Bocciato il Reddito di cittadinanza

Corte dei Conti: relazione sulla gestione finanziaria dell'Enpam

Nel  Rapporto 2019 sul Coordinamento della Finanza Pubblica la Corte dei Conti ha espresso un giudizio molto negativo sul Reddito di Cittadinanza, misura bandiera del Movimento Cinque Stelle. Si legge  nel documento: ” Nell’ambito del contrasto della povertà, un ruolo molto importante deve essere svolto dai servizi sociali dei Comuni, che in Italia sono, storicamente, il veicolo tramite cui si erogano servizi fondamentali.

Estremamente diversa, tuttavia, è la capacità di attivazione di spesa: infatti a fronte dei 116 euro medi pro capite, si va dai 22 della Calabria ai 517 della P.A. di Bolzano. Quanto ai Centri per l’impiego, limitato è stata finora il contributo nella ricerca di un’occupazione.
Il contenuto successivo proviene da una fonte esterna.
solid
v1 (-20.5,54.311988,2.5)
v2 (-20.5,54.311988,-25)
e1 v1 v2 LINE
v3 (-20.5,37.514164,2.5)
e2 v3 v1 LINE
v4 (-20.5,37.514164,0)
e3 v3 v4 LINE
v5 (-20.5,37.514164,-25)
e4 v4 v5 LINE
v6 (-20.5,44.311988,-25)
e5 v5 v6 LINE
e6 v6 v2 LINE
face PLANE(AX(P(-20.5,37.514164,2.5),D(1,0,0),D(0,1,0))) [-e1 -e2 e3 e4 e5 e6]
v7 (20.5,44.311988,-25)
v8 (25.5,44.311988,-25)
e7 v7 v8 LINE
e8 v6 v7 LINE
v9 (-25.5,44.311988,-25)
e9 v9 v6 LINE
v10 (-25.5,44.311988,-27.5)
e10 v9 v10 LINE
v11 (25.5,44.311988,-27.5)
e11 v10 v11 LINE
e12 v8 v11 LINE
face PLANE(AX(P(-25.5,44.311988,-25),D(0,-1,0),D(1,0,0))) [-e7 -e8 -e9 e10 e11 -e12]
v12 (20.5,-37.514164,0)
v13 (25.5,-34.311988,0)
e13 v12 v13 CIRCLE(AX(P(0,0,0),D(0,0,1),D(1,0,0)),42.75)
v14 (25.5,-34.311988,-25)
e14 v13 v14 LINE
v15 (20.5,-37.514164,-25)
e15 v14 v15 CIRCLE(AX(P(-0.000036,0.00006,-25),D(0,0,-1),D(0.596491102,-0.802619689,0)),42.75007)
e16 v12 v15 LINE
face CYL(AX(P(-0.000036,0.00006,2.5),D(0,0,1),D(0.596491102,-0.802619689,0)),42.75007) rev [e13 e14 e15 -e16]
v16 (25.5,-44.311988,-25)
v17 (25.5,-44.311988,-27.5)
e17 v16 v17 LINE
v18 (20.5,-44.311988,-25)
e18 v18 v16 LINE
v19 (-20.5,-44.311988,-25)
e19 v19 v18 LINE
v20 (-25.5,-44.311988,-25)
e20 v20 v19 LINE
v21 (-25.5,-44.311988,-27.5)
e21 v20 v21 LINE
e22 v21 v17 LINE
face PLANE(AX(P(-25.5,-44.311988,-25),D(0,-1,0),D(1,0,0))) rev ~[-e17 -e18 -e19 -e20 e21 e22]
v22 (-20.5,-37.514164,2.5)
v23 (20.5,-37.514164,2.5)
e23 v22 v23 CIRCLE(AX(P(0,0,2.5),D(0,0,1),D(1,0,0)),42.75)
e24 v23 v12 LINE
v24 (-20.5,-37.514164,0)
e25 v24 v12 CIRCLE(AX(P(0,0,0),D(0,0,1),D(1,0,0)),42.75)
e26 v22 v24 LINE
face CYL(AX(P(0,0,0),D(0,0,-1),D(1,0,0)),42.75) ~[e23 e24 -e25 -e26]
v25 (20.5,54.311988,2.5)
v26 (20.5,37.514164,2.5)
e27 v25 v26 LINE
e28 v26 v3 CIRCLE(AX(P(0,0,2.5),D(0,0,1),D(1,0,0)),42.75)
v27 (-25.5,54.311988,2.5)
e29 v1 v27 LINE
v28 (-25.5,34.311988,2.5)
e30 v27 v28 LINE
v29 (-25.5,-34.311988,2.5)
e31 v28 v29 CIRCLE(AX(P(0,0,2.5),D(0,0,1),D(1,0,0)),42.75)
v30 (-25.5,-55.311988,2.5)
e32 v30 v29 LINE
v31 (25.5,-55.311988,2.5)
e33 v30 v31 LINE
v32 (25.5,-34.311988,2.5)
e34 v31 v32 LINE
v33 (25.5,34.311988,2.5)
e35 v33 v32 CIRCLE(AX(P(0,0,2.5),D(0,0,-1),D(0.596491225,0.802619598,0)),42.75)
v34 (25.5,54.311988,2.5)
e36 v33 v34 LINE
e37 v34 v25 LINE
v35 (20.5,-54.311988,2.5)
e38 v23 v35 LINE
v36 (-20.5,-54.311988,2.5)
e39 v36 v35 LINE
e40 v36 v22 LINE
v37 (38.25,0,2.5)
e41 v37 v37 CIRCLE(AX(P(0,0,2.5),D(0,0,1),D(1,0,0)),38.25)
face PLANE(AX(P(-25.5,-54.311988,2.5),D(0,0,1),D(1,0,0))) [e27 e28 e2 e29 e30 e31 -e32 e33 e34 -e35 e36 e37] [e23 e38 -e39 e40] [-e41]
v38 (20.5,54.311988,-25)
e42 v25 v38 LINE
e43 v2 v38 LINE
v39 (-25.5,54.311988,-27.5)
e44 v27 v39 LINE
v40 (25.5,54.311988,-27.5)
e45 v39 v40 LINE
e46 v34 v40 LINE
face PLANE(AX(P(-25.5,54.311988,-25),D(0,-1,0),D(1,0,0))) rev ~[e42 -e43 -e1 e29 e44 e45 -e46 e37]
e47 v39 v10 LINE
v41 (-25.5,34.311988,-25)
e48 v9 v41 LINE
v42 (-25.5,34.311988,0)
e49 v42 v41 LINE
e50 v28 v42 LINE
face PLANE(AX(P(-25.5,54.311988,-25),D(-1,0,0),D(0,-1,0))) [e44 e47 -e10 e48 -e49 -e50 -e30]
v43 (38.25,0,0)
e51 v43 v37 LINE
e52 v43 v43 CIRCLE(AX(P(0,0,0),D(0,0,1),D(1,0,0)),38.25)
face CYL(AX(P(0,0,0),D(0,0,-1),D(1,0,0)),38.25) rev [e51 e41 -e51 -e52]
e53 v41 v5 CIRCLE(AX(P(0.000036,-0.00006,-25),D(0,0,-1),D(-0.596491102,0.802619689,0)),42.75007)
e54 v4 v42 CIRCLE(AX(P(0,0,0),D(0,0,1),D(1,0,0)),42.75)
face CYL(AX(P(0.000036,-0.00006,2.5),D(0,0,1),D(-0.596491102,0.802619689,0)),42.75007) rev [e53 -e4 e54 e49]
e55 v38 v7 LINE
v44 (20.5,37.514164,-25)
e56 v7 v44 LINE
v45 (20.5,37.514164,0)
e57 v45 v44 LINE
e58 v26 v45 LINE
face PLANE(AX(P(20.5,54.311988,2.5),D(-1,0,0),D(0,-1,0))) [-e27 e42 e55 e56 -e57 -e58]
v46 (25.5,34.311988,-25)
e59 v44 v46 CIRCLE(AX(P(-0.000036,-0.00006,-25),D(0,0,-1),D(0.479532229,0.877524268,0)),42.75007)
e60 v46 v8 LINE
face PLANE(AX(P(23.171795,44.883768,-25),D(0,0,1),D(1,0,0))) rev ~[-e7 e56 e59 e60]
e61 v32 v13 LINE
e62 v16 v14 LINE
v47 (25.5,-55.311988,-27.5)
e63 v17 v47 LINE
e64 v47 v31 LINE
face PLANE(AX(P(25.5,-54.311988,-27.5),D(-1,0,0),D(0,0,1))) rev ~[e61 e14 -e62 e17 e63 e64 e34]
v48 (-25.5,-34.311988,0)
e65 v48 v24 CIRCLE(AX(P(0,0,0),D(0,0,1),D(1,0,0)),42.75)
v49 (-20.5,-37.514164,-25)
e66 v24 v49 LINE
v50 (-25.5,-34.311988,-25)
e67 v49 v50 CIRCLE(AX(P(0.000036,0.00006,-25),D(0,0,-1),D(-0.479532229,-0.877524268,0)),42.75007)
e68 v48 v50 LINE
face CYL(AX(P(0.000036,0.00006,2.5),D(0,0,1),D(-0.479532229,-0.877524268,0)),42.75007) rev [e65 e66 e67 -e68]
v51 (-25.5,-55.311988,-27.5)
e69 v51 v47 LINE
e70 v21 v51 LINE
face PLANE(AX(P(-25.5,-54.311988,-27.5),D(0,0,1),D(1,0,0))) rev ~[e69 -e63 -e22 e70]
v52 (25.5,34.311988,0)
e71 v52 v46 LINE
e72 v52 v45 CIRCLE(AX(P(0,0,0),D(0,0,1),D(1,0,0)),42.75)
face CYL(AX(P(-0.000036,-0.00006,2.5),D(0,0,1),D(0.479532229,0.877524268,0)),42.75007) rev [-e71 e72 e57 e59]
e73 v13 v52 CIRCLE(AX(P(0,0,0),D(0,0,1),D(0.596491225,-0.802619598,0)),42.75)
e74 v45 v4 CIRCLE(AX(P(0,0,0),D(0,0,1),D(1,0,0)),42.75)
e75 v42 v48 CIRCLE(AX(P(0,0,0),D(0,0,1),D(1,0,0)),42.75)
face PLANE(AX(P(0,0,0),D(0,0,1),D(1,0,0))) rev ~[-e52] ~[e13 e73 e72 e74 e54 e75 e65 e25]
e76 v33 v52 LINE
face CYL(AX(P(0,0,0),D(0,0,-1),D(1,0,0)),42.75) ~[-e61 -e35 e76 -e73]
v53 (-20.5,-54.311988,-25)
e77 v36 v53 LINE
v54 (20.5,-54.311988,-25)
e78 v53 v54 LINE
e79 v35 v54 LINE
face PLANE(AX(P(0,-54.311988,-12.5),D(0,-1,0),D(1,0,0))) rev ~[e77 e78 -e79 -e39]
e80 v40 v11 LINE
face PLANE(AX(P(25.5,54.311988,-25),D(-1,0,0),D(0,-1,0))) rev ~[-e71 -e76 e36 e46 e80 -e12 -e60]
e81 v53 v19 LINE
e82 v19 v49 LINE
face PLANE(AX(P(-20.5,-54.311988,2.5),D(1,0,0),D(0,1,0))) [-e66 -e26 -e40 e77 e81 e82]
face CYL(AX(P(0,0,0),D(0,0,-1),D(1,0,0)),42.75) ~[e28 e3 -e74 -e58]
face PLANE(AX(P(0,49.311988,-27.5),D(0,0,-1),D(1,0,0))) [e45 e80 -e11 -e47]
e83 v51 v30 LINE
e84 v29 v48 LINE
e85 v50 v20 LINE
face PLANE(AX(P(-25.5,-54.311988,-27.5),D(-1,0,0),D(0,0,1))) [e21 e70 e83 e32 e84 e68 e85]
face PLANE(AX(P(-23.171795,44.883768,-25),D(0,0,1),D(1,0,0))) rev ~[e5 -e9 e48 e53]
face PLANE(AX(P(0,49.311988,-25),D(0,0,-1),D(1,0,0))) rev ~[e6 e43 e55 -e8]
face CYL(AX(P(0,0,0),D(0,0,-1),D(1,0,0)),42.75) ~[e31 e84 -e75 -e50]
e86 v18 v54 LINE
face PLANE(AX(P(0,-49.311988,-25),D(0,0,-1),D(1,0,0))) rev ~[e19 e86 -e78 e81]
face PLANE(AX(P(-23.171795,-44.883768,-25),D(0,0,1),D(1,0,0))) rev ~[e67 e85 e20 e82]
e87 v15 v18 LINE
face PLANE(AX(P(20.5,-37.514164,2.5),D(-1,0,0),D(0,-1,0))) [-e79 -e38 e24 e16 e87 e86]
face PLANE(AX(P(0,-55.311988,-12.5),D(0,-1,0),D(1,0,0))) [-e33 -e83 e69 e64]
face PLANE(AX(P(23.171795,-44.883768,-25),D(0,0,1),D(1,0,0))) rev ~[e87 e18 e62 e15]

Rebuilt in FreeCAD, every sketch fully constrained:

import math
import FreeCAD as App
import Part
import Sketcher
Q = App.Units.Quantity

doc = App.newDocument("Part")
body = doc.addObject("PartDesign::Body", "Body")

# Sketch on XY plane
sketch1 = body.newObject("Sketcher::SketchObject", "Sketch")
sketch1.AttachmentSupport = (doc.getObject("XY_Plane"), [""])
sketch1.MapMode = "FlatFace"
sketch1.addGeometry(Part.Circle(App.Vector(0, 0, 0), App.Vector(0, 0, 1), 43), False)
sketch1.addGeometry(Part.Circle(App.Vector(0, 0, 0), App.Vector(0, 0, 1), 38), False)
sketch1.addConstraint(Sketcher.Constraint("Coincident", 0, 3, -1, 1))
sketch1.addConstraint(Sketcher.Constraint("Coincident", 1, 3, -1, 1))
sketch1.addConstraint(Sketcher.Constraint("Diameter", 0, Q("85.5 mm")))
sketch1.addConstraint(Sketcher.Constraint("Diameter", 1, Q("76.5 mm")))
pad1 = body.newObject("PartDesign::Pad", "Pad")
pad1.Profile = sketch1
pad1.Length = 2.5

# Sketch on XY plane
sketch2 = body.newObject("Sketcher::SketchObject", "Sketch001")
sketch2.AttachmentSupport = (doc.getObject("XY_Plane"), [""])
sketch2.MapMode = "FlatFace"
sketch2.AttachmentOffset = App.Placement(App.Vector(0, 0, 2.5), App.Rotation())
sketch2.addGeometry(Part.LineSegment(App.Vector(26, -54, 0), App.Vector(26, -34, 0)), False)
sketch2.addGeometry(Part.ArcOfCircle(Part.Circle(App.Vector(0, 0, 0), App.Vector(0, 0, 1), 43), math.radians(-61.35), math.radians(-53.38)), False)
sketch2.addGeometry(Part.LineSegment(App.Vector(20, -38, 0), App.Vector(20, -54, 0)), False)
sketch2.addGeometry(Part.LineSegment(App.Vector(20, -54, 0), App.Vector(26, -54, 0)), False)
sketch2.addGeometry(Part.ArcOfCircle(Part.Circle(App.Vector(0, 0, 0), App.Vector(0, 0, 1), 43), math.radians(-126.62), math.radians(-118.65)), False)
sketch2.addGeometry(Part.LineSegment(App.Vector(-26, -34, 0), App.Vector(-26, -54, 0)), False)
sketch2.addGeometry(Part.LineSegment(App.Vector(-26, -54, 0), App.Vector(-20, -54, 0)), False)
sketch2.addGeometry(Part.LineSegment(App.Vector(-20, -54, 0), App.Vector(-20, -38, 0)), False)
sketch2.addGeometry(Part.ArcOfCircle(Part.Circle(App.Vector(0, 0, 0), App.Vector(0, 0, 1), 43), math.radians(53.38), math.radians(61.35)), False)
sketch2.addGeometry(Part.LineSegment(App.Vector(26, 34, 0), App.Vector(26, 54, 0)), False)
sketch2.addGeometry(Part.LineSegment(App.Vector(26, 54, 0), App.Vector(20, 54, 0)), False)
sketch2.addGeometry(Part.LineSegment(App.Vector(20, 54, 0), App.Vector(20, 38, 0)), False)
sketch2.addGeometry(Part.LineSegment(App.Vector(-20, 54, 0), App.Vector(-26, 54, 0)), False)
sketch2.addGeometry(Part.LineSegment(App.Vector(-26, 54, 0), App.Vector(-26, 34, 0)), False)
sketch2.addGeometry(Part.ArcOfCircle(Part.Circle(App.Vector(0, 0, 0), App.Vector(0, 0, 1), 43), math.radians(118.65), math.radians(126.62)), False)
Importante quindi il loro rilancio, che richiederà tempi certamente non brevi.

Rischio di incentivare il lavoro nero

Per la Corte dei Conti:” Nonostante l’attenzione posta nel disegnare l’impianto del RDC e la previsione di un sistema di vincoli e sanzioni potenzialmente efficace nel contrastare gli abusi, resta la preoccupazione che in un contesto, come quello italiano, in cui è elevata la quota di economia sommersa e sono bassi i livelli salariali effettivi, il RDC possa scoraggiare e spiazzare l’offerta di lavoro legale. E’ comunque importante l’attenzione che si è accesa sul tema della “prova dei mezzi”: l’occasione è favorevole per un salto di qualità dell’Amministrazione pubblica nelle capacità di verifica e di controllo dell’attendibilità delle DSU e dell’ISEE, strumento che, pur avendo registrato negli ultimi anni notevoli miglioramenti, resta lontano dal rappresentare l’effettiva situazione economica e patrimoniale di molti dei richiedenti le prestazioni assistenziali”.

Preoccupazioni per il finanziamento a debito

“Il RDC risponde all’esigenza, acuita dalla crisi, di contrasto alla povertà. Tuttavia, il finanziamento in deficit di tale misura è motivo di preoccupazione per gli equilibri di bilancio di medio termine, date le condizioni di elevato debito pubblico. La previsione di un meccanismo di salvaguardia, il “blocco” delle domande e la rimodulazione dell’ammontare del beneficio in caso di esaurimento delle risorse disponibili per l’esercizio, è quindi importante per il controllo dei saldi. Un eventuale minor esborso rispetto alle stime originarie andrebbe utilizzato, almeno sotto lo stretto profilo della sostenibilità dei conti pubblici, per ridurre il disavanzo e rientrare dal debito”, ha osservato la Corte dei Conti.